TO DO: Within the material below, locate the line with "#79=CARTESIAN_POINT('',(0.,0.,-5.328148));" and the line with "#110=ORIENTED_EDGE('',*,*,#109,.T.);", then return those two lines and all lines between them, exactly as written.

INPUT DATA:
<<<<

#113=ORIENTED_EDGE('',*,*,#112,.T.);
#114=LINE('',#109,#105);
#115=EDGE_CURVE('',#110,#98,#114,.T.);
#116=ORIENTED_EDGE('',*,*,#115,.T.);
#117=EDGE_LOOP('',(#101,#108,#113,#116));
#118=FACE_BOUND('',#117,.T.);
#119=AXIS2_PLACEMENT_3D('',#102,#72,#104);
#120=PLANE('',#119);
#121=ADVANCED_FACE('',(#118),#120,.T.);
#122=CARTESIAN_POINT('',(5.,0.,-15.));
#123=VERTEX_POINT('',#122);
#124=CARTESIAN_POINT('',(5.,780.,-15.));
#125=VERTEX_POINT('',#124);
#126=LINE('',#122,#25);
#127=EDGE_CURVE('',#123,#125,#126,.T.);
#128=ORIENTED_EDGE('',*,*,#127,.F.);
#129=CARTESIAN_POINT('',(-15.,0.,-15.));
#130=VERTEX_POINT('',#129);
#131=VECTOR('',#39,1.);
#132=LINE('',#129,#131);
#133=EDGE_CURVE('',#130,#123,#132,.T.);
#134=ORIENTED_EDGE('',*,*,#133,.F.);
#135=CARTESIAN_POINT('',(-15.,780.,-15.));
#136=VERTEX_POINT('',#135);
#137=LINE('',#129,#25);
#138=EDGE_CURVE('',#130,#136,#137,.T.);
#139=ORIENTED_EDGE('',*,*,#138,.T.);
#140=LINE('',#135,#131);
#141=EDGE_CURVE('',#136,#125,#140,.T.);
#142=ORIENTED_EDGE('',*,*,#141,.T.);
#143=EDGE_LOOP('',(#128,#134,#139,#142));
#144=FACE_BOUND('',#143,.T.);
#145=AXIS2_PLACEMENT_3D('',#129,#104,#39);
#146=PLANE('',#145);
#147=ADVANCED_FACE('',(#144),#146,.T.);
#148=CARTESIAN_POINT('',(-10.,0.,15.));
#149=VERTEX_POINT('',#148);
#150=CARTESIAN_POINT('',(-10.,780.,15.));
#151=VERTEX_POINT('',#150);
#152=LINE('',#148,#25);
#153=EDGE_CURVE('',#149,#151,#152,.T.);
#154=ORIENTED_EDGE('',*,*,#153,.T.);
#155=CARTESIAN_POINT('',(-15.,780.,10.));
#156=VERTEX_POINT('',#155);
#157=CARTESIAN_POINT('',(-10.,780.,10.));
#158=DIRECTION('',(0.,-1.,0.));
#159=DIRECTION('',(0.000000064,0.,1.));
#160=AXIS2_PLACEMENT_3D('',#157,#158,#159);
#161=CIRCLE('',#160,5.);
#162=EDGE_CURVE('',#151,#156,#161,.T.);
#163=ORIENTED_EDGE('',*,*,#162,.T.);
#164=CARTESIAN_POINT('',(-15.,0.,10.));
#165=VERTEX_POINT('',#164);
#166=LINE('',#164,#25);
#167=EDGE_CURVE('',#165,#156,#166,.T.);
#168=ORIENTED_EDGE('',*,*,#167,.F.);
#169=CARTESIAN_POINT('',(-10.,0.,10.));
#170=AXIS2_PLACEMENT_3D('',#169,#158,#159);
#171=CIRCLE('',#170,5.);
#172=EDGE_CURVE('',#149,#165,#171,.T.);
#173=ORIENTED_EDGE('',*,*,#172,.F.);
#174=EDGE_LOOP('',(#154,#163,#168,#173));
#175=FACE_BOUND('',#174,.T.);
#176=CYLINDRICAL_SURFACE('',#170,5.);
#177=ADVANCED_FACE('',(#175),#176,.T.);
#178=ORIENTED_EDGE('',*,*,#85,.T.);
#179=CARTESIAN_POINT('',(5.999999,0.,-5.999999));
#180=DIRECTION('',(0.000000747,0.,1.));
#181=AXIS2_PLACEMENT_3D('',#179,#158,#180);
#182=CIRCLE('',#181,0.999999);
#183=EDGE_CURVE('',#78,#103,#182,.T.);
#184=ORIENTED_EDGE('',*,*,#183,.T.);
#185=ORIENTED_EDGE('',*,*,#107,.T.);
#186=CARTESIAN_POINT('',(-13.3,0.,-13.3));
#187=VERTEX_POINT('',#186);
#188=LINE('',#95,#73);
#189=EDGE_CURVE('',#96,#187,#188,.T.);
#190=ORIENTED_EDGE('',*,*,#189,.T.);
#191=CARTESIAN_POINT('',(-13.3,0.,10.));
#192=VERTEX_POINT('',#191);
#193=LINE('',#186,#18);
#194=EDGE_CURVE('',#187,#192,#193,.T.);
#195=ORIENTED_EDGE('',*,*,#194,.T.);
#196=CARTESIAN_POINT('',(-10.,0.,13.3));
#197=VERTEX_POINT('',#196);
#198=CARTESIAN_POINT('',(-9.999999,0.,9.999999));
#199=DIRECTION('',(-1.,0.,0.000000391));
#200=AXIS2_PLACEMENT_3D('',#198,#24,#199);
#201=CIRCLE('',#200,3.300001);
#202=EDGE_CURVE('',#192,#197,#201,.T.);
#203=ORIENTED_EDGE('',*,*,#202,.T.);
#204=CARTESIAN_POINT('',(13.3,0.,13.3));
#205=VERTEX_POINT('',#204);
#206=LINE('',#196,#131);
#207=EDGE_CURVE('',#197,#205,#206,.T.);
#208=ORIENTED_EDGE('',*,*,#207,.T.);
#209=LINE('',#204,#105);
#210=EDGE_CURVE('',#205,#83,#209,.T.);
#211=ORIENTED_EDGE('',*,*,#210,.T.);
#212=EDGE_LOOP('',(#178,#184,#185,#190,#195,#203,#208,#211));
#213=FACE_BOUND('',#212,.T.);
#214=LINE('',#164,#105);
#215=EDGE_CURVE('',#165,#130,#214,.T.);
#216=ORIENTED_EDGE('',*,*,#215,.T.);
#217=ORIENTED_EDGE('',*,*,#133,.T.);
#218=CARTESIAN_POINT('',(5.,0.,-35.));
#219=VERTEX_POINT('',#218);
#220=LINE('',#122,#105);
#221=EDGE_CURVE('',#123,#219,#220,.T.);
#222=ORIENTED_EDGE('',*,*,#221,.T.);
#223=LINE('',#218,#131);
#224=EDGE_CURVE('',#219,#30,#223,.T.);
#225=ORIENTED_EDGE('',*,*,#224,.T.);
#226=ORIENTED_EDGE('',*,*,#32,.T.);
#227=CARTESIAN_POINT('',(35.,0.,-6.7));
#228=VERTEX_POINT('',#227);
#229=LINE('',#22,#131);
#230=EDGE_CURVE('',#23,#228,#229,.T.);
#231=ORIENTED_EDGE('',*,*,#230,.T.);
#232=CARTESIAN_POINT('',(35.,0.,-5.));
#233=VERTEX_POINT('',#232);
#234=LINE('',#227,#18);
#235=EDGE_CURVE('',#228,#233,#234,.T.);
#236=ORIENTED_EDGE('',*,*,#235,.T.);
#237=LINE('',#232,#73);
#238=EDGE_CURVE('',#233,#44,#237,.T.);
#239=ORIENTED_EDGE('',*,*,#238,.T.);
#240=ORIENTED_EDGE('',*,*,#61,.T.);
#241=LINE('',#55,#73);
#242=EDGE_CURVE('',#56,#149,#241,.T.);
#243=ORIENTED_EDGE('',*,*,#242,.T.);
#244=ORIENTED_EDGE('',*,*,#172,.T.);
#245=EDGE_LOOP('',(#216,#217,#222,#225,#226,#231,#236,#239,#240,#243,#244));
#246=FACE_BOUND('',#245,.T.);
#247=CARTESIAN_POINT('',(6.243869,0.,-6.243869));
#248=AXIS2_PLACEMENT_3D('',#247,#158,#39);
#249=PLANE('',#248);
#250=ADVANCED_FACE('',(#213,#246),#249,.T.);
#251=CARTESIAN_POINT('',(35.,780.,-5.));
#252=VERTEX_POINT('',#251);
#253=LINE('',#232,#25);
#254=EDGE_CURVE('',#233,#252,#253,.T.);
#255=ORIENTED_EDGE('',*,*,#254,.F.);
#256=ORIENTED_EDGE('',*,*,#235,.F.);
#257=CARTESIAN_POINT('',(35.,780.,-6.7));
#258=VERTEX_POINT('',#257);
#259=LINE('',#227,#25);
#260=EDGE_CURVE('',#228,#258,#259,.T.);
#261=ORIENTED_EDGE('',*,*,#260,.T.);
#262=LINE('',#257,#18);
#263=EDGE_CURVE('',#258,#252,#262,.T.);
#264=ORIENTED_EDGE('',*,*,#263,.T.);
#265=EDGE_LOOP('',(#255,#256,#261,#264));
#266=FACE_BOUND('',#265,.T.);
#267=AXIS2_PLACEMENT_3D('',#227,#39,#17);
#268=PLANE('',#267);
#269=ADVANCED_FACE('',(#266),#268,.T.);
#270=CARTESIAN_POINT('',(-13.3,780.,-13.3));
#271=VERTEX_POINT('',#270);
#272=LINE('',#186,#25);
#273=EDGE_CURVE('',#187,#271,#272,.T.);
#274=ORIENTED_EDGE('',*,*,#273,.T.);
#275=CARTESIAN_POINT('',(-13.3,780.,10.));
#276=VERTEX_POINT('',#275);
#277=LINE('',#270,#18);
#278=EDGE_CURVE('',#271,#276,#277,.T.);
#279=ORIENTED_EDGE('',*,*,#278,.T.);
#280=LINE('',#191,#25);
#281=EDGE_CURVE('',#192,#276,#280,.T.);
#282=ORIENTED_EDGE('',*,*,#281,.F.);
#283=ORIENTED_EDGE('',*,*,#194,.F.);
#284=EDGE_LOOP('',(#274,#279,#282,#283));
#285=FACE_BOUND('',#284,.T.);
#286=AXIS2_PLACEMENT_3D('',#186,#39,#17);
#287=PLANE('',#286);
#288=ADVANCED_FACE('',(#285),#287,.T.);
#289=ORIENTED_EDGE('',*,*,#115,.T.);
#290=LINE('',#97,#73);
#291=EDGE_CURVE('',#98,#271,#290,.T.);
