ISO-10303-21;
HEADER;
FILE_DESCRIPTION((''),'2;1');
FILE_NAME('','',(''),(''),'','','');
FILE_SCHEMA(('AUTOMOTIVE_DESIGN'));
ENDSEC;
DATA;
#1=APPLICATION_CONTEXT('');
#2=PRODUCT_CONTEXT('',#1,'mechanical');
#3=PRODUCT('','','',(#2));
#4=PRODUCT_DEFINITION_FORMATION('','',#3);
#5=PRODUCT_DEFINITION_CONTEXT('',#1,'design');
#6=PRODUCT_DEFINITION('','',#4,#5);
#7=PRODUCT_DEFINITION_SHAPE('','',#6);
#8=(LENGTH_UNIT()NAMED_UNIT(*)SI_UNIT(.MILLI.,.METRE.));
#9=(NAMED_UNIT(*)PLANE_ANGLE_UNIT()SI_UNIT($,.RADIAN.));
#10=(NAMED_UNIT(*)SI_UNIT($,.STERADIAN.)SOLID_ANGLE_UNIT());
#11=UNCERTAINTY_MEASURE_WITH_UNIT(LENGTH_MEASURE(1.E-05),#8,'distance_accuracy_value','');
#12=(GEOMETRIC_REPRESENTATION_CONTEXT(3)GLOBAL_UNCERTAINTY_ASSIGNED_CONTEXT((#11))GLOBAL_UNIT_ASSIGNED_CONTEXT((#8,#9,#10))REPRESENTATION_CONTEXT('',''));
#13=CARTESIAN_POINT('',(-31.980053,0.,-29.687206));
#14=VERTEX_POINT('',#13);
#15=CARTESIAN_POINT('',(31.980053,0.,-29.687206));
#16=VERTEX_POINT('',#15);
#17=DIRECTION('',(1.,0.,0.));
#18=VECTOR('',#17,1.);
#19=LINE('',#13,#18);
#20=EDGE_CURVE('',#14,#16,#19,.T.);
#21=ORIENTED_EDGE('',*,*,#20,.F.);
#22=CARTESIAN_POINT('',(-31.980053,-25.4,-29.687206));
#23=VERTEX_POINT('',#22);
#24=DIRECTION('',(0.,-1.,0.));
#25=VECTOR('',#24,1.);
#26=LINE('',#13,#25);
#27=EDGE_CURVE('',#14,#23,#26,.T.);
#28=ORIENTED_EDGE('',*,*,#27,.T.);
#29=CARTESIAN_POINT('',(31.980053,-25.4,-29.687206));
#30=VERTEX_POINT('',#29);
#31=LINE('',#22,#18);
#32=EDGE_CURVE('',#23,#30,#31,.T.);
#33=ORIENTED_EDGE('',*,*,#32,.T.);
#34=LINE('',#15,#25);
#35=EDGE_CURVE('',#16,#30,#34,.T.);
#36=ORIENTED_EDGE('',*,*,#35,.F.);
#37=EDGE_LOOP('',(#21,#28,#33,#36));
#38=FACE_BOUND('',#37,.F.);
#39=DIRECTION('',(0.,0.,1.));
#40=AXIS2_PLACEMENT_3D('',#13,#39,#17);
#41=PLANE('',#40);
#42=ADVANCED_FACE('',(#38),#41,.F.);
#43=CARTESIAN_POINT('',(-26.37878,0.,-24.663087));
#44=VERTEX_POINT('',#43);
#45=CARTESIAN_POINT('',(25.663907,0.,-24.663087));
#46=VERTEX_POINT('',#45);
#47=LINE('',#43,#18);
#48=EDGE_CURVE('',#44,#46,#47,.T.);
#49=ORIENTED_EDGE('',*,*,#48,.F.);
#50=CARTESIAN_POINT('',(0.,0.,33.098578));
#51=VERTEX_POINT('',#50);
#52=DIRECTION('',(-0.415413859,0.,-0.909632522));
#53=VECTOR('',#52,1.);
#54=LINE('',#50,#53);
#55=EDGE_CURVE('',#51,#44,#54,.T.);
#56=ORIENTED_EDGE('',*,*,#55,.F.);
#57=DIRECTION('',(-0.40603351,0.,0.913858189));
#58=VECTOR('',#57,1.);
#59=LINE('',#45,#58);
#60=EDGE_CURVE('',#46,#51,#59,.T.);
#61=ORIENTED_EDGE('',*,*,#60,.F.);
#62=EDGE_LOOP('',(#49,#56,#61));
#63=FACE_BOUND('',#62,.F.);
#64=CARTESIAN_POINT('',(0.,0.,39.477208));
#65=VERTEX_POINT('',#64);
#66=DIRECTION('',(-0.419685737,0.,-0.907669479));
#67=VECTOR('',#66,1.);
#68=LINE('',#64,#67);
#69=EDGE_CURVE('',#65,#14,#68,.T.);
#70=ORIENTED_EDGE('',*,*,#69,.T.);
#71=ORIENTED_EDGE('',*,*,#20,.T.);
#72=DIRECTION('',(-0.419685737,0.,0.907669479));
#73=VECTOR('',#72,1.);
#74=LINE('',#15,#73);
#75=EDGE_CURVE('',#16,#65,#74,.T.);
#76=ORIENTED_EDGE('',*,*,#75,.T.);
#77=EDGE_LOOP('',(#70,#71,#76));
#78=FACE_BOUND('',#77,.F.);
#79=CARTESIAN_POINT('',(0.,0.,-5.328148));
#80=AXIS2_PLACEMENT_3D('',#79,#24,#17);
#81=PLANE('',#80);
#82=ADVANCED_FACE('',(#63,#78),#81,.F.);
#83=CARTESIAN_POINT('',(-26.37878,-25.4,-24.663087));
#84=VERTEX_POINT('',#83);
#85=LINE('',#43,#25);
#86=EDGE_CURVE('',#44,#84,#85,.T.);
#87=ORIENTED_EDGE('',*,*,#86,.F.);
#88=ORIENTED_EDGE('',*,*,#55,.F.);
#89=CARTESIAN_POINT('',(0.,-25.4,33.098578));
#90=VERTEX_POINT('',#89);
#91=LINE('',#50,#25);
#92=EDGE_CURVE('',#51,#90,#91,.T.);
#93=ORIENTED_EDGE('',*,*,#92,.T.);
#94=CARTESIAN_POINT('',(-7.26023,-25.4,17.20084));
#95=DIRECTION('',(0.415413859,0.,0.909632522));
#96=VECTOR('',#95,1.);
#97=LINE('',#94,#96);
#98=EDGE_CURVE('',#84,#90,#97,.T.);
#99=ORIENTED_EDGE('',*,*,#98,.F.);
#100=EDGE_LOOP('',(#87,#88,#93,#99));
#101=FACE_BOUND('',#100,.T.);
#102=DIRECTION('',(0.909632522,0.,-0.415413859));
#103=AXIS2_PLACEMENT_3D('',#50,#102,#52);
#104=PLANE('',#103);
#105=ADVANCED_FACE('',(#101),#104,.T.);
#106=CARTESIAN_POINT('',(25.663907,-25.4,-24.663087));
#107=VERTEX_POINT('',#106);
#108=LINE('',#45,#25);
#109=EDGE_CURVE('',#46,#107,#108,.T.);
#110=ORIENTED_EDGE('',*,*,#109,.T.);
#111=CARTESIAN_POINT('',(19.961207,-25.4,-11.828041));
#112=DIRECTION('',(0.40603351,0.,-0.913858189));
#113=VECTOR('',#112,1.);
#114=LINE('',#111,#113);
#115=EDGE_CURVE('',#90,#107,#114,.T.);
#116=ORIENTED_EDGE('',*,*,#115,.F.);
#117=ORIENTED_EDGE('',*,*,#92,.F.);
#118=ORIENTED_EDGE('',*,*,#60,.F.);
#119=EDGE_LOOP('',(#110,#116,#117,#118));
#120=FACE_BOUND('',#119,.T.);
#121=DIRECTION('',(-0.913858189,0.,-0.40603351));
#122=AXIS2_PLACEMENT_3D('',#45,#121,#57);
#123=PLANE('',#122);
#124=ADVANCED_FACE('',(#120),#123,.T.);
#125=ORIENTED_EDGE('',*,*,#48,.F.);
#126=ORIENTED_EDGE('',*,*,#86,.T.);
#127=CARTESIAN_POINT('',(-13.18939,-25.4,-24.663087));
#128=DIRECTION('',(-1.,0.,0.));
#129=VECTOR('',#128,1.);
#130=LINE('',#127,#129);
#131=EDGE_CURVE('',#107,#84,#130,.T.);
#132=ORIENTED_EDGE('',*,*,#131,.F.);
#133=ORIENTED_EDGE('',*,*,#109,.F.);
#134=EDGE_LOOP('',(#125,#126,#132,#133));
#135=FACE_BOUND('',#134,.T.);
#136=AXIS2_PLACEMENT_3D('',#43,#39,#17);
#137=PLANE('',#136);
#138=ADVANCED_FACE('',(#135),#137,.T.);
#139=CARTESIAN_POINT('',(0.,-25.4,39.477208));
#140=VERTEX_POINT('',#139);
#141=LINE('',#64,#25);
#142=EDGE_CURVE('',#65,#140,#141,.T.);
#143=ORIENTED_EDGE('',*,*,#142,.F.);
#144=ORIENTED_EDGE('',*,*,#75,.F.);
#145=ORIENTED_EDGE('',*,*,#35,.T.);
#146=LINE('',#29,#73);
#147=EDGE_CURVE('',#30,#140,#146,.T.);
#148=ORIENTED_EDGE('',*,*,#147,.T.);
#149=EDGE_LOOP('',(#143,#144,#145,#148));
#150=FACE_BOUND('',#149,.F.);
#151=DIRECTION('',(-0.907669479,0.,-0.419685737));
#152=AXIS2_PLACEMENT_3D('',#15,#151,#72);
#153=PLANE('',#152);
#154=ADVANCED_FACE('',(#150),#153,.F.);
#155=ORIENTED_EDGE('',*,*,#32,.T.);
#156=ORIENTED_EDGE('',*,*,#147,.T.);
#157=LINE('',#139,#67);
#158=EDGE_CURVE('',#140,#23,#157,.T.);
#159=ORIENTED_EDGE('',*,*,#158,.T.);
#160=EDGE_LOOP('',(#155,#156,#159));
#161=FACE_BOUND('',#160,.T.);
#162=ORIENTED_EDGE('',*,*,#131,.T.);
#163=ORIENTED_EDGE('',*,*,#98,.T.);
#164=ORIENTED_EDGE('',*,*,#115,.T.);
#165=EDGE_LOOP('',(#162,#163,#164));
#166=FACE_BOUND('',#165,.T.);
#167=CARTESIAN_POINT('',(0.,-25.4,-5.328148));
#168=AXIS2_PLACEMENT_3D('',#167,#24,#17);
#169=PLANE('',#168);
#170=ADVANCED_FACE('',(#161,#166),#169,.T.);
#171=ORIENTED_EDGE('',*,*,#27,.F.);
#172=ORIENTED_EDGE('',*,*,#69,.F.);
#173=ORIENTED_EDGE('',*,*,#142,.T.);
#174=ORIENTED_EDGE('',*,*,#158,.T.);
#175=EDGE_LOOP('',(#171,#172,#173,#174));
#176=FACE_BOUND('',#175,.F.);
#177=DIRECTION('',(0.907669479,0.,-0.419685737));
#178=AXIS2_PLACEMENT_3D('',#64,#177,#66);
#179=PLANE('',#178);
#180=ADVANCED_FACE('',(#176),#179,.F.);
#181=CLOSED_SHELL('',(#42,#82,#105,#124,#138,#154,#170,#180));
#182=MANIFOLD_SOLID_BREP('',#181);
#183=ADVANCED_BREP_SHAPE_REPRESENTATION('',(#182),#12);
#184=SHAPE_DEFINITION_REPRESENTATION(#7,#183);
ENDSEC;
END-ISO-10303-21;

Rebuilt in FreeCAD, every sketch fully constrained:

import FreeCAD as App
import Part
import Sketcher
Q = App.Units.Quantity


def add_polygon(sketch, points):
    """Adds a closed chain of lines whose ends are joined by coincident constraints."""
    first, n = sketch.GeometryCount, len(points)
    for a, b in zip(points, points[1:] + points[:1]):
        sketch.addGeometry(Part.LineSegment(App.Vector(*a, 0), App.Vector(*b, 0)), False)
    for i in range(n):
        sketch.addConstraint(Sketcher.Constraint("Coincident", first + i, 2, first + (i + 1) % n, 1))

doc = App.newDocument("Part")
params = doc.addObject("Spreadsheet::Sheet", "Params")
for row, (alias, value) in enumerate([
    ("sketch1_length", "3 in"),
    ("pad1_length", "1 in"),
    ("sketch2_length", "2.5 in"),
    ("pocket1_length", "2 in"),
], start=1):
    params.set(f"A{row}", alias)
    params.set(f"B{row}", "=" + value)
    params.setAlias(f"B{row}", alias)

body = doc.addObject("PartDesign::Body", "Body")

# Sketch on XZ plane
sketch1 = doc.addObject("Sketcher::SketchObject", "Sketch")
body.addObject(sketch1)
sketch1.AttachmentSupport = (doc.XZ_Plane, [""])
sketch1.MapMode = "FlatFace"
add_polygon(sketch1, [(32, -30), (0, 39), (-32, -30)])  # lines 0-2
sketch1.addConstraint([
    Sketcher.Constraint("Horizontal", 2),
    Sketcher.Constraint("PointOnObject", 0, 2, -2),
    Sketcher.Constraint("Equal", 0, 1),
    Sketcher.Constraint("Distance", 0, Q("3 in")),
    Sketcher.Constraint("DistanceX", 2, 1, 2, 2, 63.960106),
    Sketcher.Constraint("DistanceY", -1, 1, 0, 2, 39.477208),
])
sketch1.setExpression("Constraints[6]", "Params.sketch1_length")
pad1 = doc.addObject("PartDesign::Pad", "Pad")
body.addObject(pad1)
pad1.Profile = sketch1
pad1.setExpression("Length", "Params.pad1_length")

# Sketch on XZ plane
sketch2 = doc.addObject("Sketcher::SketchObject", "Sketch001")
body.addObject(sketch2)
sketch2.AttachmentSupport = (doc.XZ_Plane, [""])
sketch2.MapMode = "FlatFace"
add_polygon(sketch2, [(26, -25), (0, 33), (-26, -25)])  # lines 0-2
sketch2.addConstraint([
    Sketcher.Constraint("Horizontal", 2),
    Sketcher.Constraint("PointOnObject", 0, 2, -2),
    Sketcher.Constraint("Distance", 1, Q("2.5 in")),
    Sketcher.Constraint("DistanceX", 2, 1, 2, 2, 52.042687),
    Sketcher.Constraint("DistanceY", -1, 1, 0, 2, 33.098578),
    Sketcher.Constraint("DistanceX", 1, 2, -1, 1, 26.37878),
])
sketch2.setExpression("Constraints[5]", "Params.sketch2_length")
pocket1 = doc.addObject("PartDesign::Pocket", "Pocket")
body.addObject(pocket1)
pocket1.Profile = sketch2
pocket1.setExpression("Length", "Params.pocket1_length")
pocket1.Reversed = True

doc.recompute()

>>>>

ANSWER FOR THE TASK:
#79=CARTESIAN_POINT('',(0.,0.,-5.328148));
#80=AXIS2_PLACEMENT_3D('',#79,#24,#17);
#81=PLANE('',#80);
#82=ADVANCED_FACE('',(#63,#78),#81,.F.);
#83=CARTESIAN_POINT('',(-26.37878,-25.4,-24.663087));
#84=VERTEX_POINT('',#83);
#85=LINE('',#43,#25);
#86=EDGE_CURVE('',#44,#84,#85,.T.);
#87=ORIENTED_EDGE('',*,*,#86,.F.);
#88=ORIENTED_EDGE('',*,*,#55,.F.);
#89=CARTESIAN_POINT('',(0.,-25.4,33.098578));
#90=VERTEX_POINT('',#89);
#91=LINE('',#50,#25);
#92=EDGE_CURVE('',#51,#90,#91,.T.);
#93=ORIENTED_EDGE('',*,*,#92,.T.);
#94=CARTESIAN_POINT('',(-7.26023,-25.4,17.20084));
#95=DIRECTION('',(0.415413859,0.,0.909632522));
#96=VECTOR('',#95,1.);
#97=LINE('',#94,#96);
#98=EDGE_CURVE('',#84,#90,#97,.T.);
#99=ORIENTED_EDGE('',*,*,#98,.F.);
#100=EDGE_LOOP('',(#87,#88,#93,#99));
#101=FACE_BOUND('',#100,.T.);
#102=DIRECTION('',(0.909632522,0.,-0.415413859));
#103=AXIS2_PLACEMENT_3D('',#50,#102,#52);
#104=PLANE('',#103);
#105=ADVANCED_FACE('',(#101),#104,.T.);
#106=CARTESIAN_POINT('',(25.663907,-25.4,-24.663087));
#107=VERTEX_POINT('',#106);
#108=LINE('',#45,#25);
#109=EDGE_CURVE('',#46,#107,#108,.T.);
#110=ORIENTED_EDGE('',*,*,#109,.T.);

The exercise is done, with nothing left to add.